** Opening Records for this exercise block **
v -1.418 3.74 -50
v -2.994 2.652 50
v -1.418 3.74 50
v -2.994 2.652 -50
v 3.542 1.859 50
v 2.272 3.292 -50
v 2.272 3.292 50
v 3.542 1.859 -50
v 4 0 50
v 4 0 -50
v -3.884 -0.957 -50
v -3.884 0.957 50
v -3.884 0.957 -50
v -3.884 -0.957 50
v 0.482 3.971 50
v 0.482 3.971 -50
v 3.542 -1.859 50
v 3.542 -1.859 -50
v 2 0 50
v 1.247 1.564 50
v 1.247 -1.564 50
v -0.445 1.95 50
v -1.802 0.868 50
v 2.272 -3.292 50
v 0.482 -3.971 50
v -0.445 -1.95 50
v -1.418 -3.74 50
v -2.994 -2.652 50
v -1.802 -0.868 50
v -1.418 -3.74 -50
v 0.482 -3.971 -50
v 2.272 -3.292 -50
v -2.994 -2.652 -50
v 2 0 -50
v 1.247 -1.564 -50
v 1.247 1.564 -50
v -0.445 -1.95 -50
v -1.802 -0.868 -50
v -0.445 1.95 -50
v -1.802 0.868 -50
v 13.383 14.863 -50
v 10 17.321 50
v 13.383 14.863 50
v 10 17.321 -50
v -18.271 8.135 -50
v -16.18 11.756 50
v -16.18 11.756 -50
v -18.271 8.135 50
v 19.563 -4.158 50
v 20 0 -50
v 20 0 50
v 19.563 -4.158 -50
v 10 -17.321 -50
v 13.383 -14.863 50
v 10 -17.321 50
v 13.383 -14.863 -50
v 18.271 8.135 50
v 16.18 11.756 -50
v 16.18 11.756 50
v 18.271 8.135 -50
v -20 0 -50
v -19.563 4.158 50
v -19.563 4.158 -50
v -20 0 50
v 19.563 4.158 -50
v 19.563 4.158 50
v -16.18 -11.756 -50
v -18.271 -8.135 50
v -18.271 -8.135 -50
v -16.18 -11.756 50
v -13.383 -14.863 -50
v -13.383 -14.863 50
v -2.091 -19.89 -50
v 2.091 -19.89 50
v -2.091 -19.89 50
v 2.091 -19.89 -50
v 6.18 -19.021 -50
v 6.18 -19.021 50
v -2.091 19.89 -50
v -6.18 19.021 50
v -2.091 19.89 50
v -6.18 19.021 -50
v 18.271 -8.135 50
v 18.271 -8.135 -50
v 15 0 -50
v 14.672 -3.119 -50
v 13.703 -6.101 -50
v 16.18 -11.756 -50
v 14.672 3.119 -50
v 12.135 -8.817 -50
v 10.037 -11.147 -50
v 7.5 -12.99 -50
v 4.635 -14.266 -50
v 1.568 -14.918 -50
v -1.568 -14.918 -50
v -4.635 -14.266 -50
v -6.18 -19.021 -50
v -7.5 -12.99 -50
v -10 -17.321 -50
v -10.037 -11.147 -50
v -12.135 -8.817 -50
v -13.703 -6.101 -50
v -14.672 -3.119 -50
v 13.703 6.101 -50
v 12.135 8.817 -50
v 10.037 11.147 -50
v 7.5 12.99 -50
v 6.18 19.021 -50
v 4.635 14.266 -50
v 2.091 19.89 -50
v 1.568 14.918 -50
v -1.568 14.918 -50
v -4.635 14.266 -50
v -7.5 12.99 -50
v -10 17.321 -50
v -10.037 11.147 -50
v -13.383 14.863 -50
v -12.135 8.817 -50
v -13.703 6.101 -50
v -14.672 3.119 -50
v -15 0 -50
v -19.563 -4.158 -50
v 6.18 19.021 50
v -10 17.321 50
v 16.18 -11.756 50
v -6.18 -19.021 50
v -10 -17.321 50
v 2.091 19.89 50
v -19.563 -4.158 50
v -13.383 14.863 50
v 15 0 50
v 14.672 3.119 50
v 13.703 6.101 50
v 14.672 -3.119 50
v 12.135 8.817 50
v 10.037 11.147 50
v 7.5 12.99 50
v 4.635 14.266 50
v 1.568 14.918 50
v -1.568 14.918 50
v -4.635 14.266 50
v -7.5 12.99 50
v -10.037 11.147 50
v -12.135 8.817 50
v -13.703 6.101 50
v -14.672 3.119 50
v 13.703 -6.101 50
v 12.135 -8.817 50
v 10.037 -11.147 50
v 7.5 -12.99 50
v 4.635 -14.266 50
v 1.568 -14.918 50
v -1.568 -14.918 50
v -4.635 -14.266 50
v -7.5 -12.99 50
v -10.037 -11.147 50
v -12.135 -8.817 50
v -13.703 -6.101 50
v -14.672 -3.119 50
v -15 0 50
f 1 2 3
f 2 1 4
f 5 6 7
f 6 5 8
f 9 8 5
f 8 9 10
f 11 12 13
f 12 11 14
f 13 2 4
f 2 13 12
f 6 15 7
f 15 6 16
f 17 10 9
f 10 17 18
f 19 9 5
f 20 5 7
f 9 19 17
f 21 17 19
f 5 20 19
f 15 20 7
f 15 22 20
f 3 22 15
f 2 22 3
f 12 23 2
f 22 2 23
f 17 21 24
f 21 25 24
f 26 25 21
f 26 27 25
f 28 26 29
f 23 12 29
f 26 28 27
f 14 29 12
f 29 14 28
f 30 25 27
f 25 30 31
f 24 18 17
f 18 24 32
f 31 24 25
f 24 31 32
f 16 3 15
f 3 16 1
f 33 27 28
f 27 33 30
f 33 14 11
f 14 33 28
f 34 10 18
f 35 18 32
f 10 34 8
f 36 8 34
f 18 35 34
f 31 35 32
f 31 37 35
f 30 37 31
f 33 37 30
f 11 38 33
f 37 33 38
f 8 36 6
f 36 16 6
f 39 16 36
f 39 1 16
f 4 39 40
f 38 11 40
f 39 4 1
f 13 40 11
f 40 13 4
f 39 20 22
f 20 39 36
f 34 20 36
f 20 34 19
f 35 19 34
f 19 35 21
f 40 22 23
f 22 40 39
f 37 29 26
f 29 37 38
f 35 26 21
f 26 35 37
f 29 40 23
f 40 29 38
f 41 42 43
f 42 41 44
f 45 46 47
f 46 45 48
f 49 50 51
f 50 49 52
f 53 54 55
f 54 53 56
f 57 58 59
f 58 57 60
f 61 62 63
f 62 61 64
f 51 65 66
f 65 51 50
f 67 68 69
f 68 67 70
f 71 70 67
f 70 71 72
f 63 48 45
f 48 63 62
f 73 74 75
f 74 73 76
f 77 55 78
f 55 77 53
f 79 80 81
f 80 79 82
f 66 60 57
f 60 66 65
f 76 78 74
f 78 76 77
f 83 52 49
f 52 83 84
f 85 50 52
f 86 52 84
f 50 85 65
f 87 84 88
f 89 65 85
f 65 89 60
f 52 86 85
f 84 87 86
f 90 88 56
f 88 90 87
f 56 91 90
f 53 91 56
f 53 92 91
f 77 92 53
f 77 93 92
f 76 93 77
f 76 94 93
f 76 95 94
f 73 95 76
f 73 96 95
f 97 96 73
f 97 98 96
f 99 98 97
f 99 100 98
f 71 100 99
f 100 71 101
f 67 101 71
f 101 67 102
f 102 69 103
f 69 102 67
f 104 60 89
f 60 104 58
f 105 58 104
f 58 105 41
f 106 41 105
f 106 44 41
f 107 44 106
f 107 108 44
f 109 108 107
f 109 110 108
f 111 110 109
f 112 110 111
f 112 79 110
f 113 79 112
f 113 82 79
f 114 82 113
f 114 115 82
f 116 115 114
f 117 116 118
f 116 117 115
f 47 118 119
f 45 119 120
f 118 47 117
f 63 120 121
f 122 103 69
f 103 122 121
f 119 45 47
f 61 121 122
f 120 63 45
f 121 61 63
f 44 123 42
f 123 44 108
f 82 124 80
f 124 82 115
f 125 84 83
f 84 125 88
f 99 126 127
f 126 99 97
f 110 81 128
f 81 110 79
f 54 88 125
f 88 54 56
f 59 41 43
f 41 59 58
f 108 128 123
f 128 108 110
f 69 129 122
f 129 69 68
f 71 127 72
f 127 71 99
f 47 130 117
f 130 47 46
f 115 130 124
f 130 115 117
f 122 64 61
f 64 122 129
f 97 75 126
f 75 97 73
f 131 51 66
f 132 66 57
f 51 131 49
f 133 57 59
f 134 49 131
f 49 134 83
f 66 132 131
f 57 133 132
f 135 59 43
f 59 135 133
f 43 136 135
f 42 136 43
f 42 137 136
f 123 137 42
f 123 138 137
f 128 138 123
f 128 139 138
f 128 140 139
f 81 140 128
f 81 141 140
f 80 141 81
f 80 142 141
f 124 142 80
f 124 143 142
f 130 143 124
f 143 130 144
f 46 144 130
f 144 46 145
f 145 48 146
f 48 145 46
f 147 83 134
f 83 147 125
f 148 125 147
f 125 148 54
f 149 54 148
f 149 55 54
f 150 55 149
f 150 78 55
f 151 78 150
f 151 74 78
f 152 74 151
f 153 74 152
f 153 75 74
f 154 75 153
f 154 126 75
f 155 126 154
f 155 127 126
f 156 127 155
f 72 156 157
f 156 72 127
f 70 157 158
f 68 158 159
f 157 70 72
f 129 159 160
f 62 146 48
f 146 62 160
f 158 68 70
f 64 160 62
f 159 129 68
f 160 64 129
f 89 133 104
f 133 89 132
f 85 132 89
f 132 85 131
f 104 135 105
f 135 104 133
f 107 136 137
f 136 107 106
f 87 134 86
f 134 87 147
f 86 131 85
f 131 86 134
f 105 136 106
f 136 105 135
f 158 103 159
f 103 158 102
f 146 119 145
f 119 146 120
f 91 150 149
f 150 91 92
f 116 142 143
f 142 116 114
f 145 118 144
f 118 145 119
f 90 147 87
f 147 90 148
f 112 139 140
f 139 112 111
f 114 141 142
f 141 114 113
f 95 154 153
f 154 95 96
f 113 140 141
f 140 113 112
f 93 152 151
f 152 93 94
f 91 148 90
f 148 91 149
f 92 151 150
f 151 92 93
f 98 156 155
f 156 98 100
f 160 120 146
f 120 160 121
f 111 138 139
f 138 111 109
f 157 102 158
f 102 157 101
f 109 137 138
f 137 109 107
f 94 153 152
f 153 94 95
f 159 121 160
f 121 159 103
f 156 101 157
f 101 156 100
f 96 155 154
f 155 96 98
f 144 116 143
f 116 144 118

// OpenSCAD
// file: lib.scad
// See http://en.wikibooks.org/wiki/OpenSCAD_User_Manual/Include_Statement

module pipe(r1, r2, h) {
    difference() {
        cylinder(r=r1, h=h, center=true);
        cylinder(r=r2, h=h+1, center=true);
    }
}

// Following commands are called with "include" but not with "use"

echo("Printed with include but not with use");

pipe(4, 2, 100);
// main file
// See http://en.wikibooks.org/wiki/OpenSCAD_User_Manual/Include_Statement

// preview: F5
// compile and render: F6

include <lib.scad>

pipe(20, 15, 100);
** Closing Records for this exercise block **
Exercise details
In exact wording, restate the lines of the data above from the first through the one holding "v 6.18 -19.021 -50", and stop after that line.

Task answer
v -1.418 3.74 -50
v -2.994 2.652 50
v -1.418 3.74 50
v -2.994 2.652 -50
v 3.542 1.859 50
v 2.272 3.292 -50
v 2.272 3.292 50
v 3.542 1.859 -50
v 4 0 50
v 4 0 -50
v -3.884 -0.957 -50
v -3.884 0.957 50
v -3.884 0.957 -50
v -3.884 -0.957 50
v 0.482 3.971 50
v 0.482 3.971 -50
v 3.542 -1.859 50
v 3.542 -1.859 -50
v 2 0 50
v 1.247 1.564 50
v 1.247 -1.564 50
v -0.445 1.95 50
v -1.802 0.868 50
v 2.272 -3.292 50
v 0.482 -3.971 50
v -0.445 -1.95 50
v -1.418 -3.74 50
v -2.994 -2.652 50
v -1.802 -0.868 50
v -1.418 -3.74 -50
v 0.482 -3.971 -50
v 2.272 -3.292 -50
v -2.994 -2.652 -50
v 2 0 -50
v 1.247 -1.564 -50
v 1.247 1.564 -50
v -0.445 -1.95 -50
v -1.802 -0.868 -50
v -0.445 1.95 -50
v -1.802 0.868 -50
v 13.383 14.863 -50
v 10 17.321 50
v 13.383 14.863 50
v 10 17.321 -50
v -18.271 8.135 -50
v -16.18 11.756 50
v -16.18 11.756 -50
v -18.271 8.135 50
v 19.563 -4.158 50
v 20 0 -50
v 20 0 50
v 19.563 -4.158 -50
v 10 -17.321 -50
v 13.383 -14.863 50
v 10 -17.321 50
v 13.383 -14.863 -50
v 18.271 8.135 50
v 16.18 11.756 -50
v 16.18 11.756 50
v 18.271 8.135 -50
v -20 0 -50
v -19.563 4.158 50
v -19.563 4.158 -50
v -20 0 50
v 19.563 4.158 -50
v 19.563 4.158 50
v -16.18 -11.756 -50
v -18.271 -8.135 50
v -18.271 -8.135 -50
v -16.18 -11.756 50
v -13.383 -14.863 -50
v -13.383 -14.863 50
v -2.091 -19.89 -50
v 2.091 -19.89 50
v -2.091 -19.89 50
v 2.091 -19.89 -50
v 6.18 -19.021 -50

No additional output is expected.